Chris Dixon is outspoken. He says difficult things. And he pulls no punches in our interview, in which he talks about the rise of super angels and micro VCs, his transition to investor from entrepreneur and how most VCs don’t know what they’re doing.

Chris Dixon is outspoken. He says difficult things. On his blog, Dixon writes about the technology industry’s taboos. “My blog is written from the perspective of the entrepreneur,” he says. “It was started as a VC countermeasure.” And when he’s really angry, his inner comic tweets gems such as: “Twitter is like a drunk guy with an uzi killing partners left and right. Expect investment in ecosystem to drop significantly.” So you might be thinking, just another blogging blowhard. No sir — Dixon is co-founder of a company called Hunch. He sold his previous startup, SiteAdvisor, to McAfee.

And these days in his spare time, he invests in startups through a New York-based founders-backed fund called Founder Collective. In fact, he’s on the speed dial of many Silicon Valley investors. And yet he marches to a different drum — one heard only by entrepreneurs and startup founders.

I first met Dixon back in 2005, when I was working for Business 2.0. An MIT graduate with big ideas, big ambitions and more importantly, a refusal to never take the status quo for an answer, he made an impression on me, and we’ve since stayed in touch. He’s come a long way, but the moment I sat down with him for this interview, it was clear to me that he hadn’t changed. Sure he had new, hipster glasses. A bit more swagger. But he’s still the same plain-speaking guy I met five years ago.

And he pulls no punches in our interview, especially when talking about the rise of super angels and micro VCs, a new trend that’s shaking the venture capital industry to its very core.

Part 1:

He also talks about his transition to investor from entrepreneur. “I got involved in investing mostly to get into the flow of what was happening on the Internet,” he says. “It was the exact opposite of the reason as to why others may invest.” In the process, he said he discovered that some VCs were pushing large amounts of money to startups at a higher valuation than was necessary. “When a buyer is asking for higher price, you know there’s something wrong.”
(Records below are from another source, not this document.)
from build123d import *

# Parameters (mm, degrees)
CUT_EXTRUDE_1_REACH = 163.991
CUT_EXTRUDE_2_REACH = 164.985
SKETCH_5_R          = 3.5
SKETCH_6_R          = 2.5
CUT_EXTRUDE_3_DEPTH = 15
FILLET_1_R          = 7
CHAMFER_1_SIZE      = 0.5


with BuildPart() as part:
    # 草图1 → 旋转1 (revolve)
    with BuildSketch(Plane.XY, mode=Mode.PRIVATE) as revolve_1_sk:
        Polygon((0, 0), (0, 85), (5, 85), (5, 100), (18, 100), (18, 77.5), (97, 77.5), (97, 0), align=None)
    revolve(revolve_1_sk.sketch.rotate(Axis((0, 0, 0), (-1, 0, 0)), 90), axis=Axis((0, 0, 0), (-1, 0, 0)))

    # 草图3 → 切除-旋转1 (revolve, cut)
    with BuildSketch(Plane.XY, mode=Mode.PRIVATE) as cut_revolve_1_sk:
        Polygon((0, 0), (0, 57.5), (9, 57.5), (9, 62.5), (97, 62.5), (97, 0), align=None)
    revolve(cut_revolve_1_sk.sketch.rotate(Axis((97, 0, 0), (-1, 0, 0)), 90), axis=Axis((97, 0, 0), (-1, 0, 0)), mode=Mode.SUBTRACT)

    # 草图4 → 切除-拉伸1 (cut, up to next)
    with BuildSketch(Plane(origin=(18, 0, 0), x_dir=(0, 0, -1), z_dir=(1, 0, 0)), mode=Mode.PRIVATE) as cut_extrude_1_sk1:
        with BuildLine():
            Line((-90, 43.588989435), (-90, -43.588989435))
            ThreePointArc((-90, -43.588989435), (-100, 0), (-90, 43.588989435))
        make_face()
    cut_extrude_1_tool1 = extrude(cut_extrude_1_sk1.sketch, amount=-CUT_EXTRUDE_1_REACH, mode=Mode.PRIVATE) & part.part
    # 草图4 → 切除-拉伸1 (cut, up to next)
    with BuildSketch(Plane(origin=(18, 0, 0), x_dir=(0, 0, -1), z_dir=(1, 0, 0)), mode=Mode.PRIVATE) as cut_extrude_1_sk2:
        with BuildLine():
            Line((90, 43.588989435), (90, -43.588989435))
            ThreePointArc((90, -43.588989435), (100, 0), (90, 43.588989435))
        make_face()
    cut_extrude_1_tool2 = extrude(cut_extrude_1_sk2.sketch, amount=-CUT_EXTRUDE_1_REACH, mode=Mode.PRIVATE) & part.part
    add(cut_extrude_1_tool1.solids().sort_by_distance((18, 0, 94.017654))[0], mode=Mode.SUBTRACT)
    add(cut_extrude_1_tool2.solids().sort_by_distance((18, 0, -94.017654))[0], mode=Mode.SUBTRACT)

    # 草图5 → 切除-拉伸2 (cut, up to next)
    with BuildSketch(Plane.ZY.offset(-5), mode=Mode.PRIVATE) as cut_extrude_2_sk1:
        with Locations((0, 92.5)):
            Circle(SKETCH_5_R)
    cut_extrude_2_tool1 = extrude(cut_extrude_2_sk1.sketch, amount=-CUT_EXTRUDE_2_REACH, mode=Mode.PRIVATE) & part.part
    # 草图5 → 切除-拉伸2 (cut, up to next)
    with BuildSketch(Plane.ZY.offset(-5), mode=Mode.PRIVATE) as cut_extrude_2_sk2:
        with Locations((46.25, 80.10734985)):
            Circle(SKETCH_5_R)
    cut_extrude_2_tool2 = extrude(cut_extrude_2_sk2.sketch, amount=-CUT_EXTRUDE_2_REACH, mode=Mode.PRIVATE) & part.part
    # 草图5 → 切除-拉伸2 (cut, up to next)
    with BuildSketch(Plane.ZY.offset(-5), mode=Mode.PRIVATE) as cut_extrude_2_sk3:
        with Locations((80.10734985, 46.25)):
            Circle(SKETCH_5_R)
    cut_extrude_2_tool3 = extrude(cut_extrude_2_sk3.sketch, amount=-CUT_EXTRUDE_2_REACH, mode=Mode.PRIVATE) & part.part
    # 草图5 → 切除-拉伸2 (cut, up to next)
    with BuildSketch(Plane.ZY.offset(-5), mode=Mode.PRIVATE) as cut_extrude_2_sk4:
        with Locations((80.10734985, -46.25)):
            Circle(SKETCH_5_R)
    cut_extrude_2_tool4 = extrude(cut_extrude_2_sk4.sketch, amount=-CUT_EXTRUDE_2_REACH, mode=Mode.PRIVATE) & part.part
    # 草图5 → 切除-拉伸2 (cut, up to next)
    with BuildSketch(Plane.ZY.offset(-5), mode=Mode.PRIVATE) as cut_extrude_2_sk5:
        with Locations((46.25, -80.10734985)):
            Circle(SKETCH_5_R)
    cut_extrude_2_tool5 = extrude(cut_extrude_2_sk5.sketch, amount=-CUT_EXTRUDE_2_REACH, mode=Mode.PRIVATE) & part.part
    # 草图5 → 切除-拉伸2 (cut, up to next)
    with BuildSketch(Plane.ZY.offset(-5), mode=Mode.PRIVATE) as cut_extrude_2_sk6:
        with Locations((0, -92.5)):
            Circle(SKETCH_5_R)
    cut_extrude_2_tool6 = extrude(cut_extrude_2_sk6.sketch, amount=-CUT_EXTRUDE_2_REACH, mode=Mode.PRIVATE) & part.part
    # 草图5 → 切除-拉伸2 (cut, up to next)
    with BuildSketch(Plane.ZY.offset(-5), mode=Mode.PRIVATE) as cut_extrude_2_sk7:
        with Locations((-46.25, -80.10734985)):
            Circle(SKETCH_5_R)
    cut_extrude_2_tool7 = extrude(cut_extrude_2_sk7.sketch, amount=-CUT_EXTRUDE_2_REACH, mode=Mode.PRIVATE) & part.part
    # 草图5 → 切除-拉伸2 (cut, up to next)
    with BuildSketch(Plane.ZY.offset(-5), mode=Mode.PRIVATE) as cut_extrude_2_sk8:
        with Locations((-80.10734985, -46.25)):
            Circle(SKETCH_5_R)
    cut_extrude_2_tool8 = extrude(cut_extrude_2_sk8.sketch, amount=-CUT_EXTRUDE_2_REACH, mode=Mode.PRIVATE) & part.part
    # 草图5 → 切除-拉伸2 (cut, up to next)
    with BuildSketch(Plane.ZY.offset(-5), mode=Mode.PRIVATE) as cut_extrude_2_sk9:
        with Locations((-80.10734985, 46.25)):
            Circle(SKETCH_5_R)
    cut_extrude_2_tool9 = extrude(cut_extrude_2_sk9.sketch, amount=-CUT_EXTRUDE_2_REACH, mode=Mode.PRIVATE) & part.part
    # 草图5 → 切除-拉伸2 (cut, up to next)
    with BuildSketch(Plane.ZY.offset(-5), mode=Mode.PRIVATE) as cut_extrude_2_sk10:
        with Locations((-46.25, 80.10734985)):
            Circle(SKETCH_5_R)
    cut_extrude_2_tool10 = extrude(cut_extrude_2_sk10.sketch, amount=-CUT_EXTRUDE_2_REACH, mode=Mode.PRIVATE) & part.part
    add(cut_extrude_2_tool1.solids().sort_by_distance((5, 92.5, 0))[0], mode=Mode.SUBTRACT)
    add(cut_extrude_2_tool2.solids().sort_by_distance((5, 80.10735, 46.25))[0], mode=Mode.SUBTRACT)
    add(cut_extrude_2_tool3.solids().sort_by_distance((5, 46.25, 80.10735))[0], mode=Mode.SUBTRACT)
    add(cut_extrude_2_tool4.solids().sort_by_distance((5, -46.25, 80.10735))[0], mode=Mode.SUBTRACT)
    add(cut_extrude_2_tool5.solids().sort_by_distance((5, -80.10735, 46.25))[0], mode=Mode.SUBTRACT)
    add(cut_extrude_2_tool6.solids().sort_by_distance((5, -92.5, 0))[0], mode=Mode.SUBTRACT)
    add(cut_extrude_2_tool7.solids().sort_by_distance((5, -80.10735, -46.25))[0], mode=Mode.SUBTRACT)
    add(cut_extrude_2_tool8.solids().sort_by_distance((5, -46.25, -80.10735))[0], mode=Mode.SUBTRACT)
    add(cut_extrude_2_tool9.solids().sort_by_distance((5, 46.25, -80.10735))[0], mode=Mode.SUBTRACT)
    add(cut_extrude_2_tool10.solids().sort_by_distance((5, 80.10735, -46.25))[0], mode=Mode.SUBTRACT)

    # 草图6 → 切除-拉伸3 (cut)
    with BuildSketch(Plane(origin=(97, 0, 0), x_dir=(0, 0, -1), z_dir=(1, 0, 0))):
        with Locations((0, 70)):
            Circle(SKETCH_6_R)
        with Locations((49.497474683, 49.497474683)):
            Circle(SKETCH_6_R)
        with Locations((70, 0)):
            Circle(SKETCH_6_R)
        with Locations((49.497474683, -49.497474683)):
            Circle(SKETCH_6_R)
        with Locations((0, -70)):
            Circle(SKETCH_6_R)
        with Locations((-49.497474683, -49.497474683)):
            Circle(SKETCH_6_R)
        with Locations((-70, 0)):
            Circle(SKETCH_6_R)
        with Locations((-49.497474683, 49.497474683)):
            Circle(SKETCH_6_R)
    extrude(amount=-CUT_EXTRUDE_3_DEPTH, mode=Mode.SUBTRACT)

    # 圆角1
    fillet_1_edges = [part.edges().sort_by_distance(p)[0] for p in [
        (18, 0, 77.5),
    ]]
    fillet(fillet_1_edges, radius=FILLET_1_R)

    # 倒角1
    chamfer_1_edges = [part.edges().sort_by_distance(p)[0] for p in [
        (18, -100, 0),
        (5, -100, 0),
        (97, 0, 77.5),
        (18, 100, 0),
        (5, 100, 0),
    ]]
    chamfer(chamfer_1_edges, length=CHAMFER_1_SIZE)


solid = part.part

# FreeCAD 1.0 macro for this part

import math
import FreeCAD as App
import Part
import Sketcher
from FreeCAD import Vector


def edges_at(feature, points):
    """Names of the edges that pass closest to the given points."""
    edges = feature.Shape.Edges
    near = lambda p: min(range(len(edges)), key=lambda i: edges[i].distToShape(Part.Vertex(*p))[0])
    return sorted({f"Edge{near(p) + 1}" for p in points})


def add_polygon(sketch, points):
    """Adds a closed chain of lines whose ends are joined by coincident constraints."""
    first, n = sketch.GeometryCount, len(points)
    for a, b in zip(points, points[1:] + points[:1]):
        sketch.addGeometry(Part.LineSegment(App.Vector(*a, 0), App.Vector(*b, 0)), False)
    for i in range(n):
        sketch.addConstraint(Sketcher.Constraint("Coincident", first + i, 2, first + (i + 1) % n, 1))

doc = App.newDocument("Part")
body = doc.addObject("PartDesign::Body", "Body")

# Sketch on XY plane
sketch1 = body.newObject("Sketcher::SketchObject", "Sketch")
sketch1.AttachmentSupport = (doc.getObject("XY_Plane"), [""])
sketch1.MapMode = "FlatFace"
add_polygon(sketch1, [(0, 85), (0, 0), (97, 0), (97, 78), (18, 78), (18, 100), (5, 100), (5, 85)])  # lines 0-7
sketch1.addConstraint(Sketcher.Constraint("Vertical", 0))
sketch1.addConstraint(Sketcher.Constraint("Horizontal", 1))
sketch1.addConstraint(Sketcher.Constraint("Vertical", 2))
sketch1.addConstraint(Sketcher.Constraint("Horizontal", 3))
sketch1.addConstraint(Sketcher.Constraint("Vertical", 4))
sketch1.addConstraint(Sketcher.Constraint("Horizontal", 5))
sketch1.addConstraint(Sketcher.Constraint("Vertical", 6))
sketch1.addConstraint(Sketcher.Constraint("Horizontal", 7))
sketch1.addConstraint(Sketcher.Constraint("Coincident", 0, 2, -1, 1))
sketch1.addConstraint(Sketcher.Constraint("DistanceX", 1, 1, 1, 2, 97.0))
sketch1.addConstraint(Sketcher.Constraint("DistanceX", 3, 2, 3, 1, 79.0))
sketch1.addConstraint(Sketcher.Constraint("DistanceX", 5, 2, 5, 1, 13.0))
sketch1.addConstraint(Sketcher.Constraint("DistanceY", 0, 2, 0, 1, 85.0))
sketch1.addConstraint(Sketcher.Constraint("DistanceY", 6, 2, 6, 1, 15.0))
sketch1.addConstraint(Sketcher.Constraint("DistanceY", 2, 1, 2, 2, 77.5))
revolution = body.newObject("PartDesign::Revolution", "Revolution")
revolution.Profile = sketch1
revolution.ReferenceAxis = (sketch1, ["H_Axis"])
revolution.Angle = 360

# Sketch on XY plane
sketch2 = body.newObject("Sketcher::SketchObject", "Sketch001")
sketch2.AttachmentSupport = (doc.getObject("XY_Plane"), [""])
sketch2.MapMode = "FlatFace"
add_polygon(sketch2, [(0, 58), (0, 0), (97, 0), (97, 62), (9, 62), (9, 58)])  # lines 0-5
sketch2.addConstraint(Sketcher.Constraint("Vertical", 0))
sketch2.addConstraint(Sketcher.Constraint("Horizontal", 1))
sketch2.addConstraint(Sketcher.Constraint("Vertical", 2))
sketch2.addConstraint(Sketcher.Constraint("Horizontal", 3))
sketch2.addConstraint(Sketcher.Constraint("Vertical", 4))
sketch2.addConstraint(Sketcher.Constraint("Horizontal", 5))
sketch2.addConstraint(Sketcher.Constraint("Coincident", 0, 2, -1, 1))
sketch2.addConstraint(Sketcher.Constraint("DistanceX", 1, 1, 1, 2, 97.0))
sketch2.addConstraint(Sketcher.Constraint("DistanceX", 3, 2, 3, 1, 88.0))
sketch2.addConstraint(Sketcher.Constraint("DistanceY", 4, 2, 4, 1, 5.0))
sketch2.addConstraint(Sketcher.Constraint("DistanceY", 0, 2, 0, 1, 57.5))
groove = body.newObject("PartDesign::Groove", "Groove")
groove.Profile = sketch2
groove.ReferenceAxis = (sketch2, ["H_Axis"])
groove.Angle = 360

# Sketch on YZ plane
sketch3 = body.newObject("Sketcher::SketchObject", "Sketch002")
sketch3.AttachmentSupport = (doc.getObject("YZ_Plane"), [""])
sketch3.MapMode = "FlatFace"
sketch3.AttachmentOffset = App.Placement(Vector(0, 0, 18), App.Rotation())
sketch3.addGeometry(Part.LineSegment(Vector(-44, 90, 0), Vector(44, 90, 0)), False)
sketch3.addGeometry(Part.ArcOfCircle(Part.Circle(Vector(0, 0, 0), Vector(0, 0, 1), 100), math.radians(64), math.radians(116)), False)
sketch3.addConstraint(Sketcher.Constraint("Coincident", 0, 1, 1, 2))
sketch3.addConstraint(Sketcher.Constraint("Coincident", 1, 1, 0, 2))
sketch3.addConstraint(Sketcher.Constraint("Horizontal", 0))
sketch3.addConstraint(Sketcher.Constraint("Coincident", 1, 3, -1, 1))
sketch3.addConstraint(Sketcher.Constraint("Radius", 1, 100.0))
sketch3.addConstraint(Sketcher.Constraint("DistanceY", -1, 1, 0, 1, 90.0))
pocket1 = body.newObject("PartDesign::Pocket", "Pocket")
pocket1.Profile = sketch3
pocket1.Type = "UpToFirst"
And it’s why he believes the current seed-stage investment movement started. At Founder Collective, the fund has a negligible management fee. “We make money when our investors make money…What’s so radical about that?” he says, adding: “What scares most VCs is that they don’t know what they’re doing.”

Part 2:

He also talks about lean startups, why entrepreneurs shouldn’t start a business with the goal of flipping it and why fewer people swing for the fences these days. As to his investment philosophy, it all comes down to one thing: the people. He looks for ideas that are unique and ones that others don’t quite understand. “If a Wall Street person is trying to start a company, it’s almost always a disaster and I wouldn’t invest in that,” he says.

I suggest you watch both videos. Before you do, here’s another little gem from Dixon:

“There are two kinds of investors: Ron Conways who try to create value by finding good people and helping them create something great, and others, who want a piece of someone else’s things. The builders and the extractors. Avoid the extractors.”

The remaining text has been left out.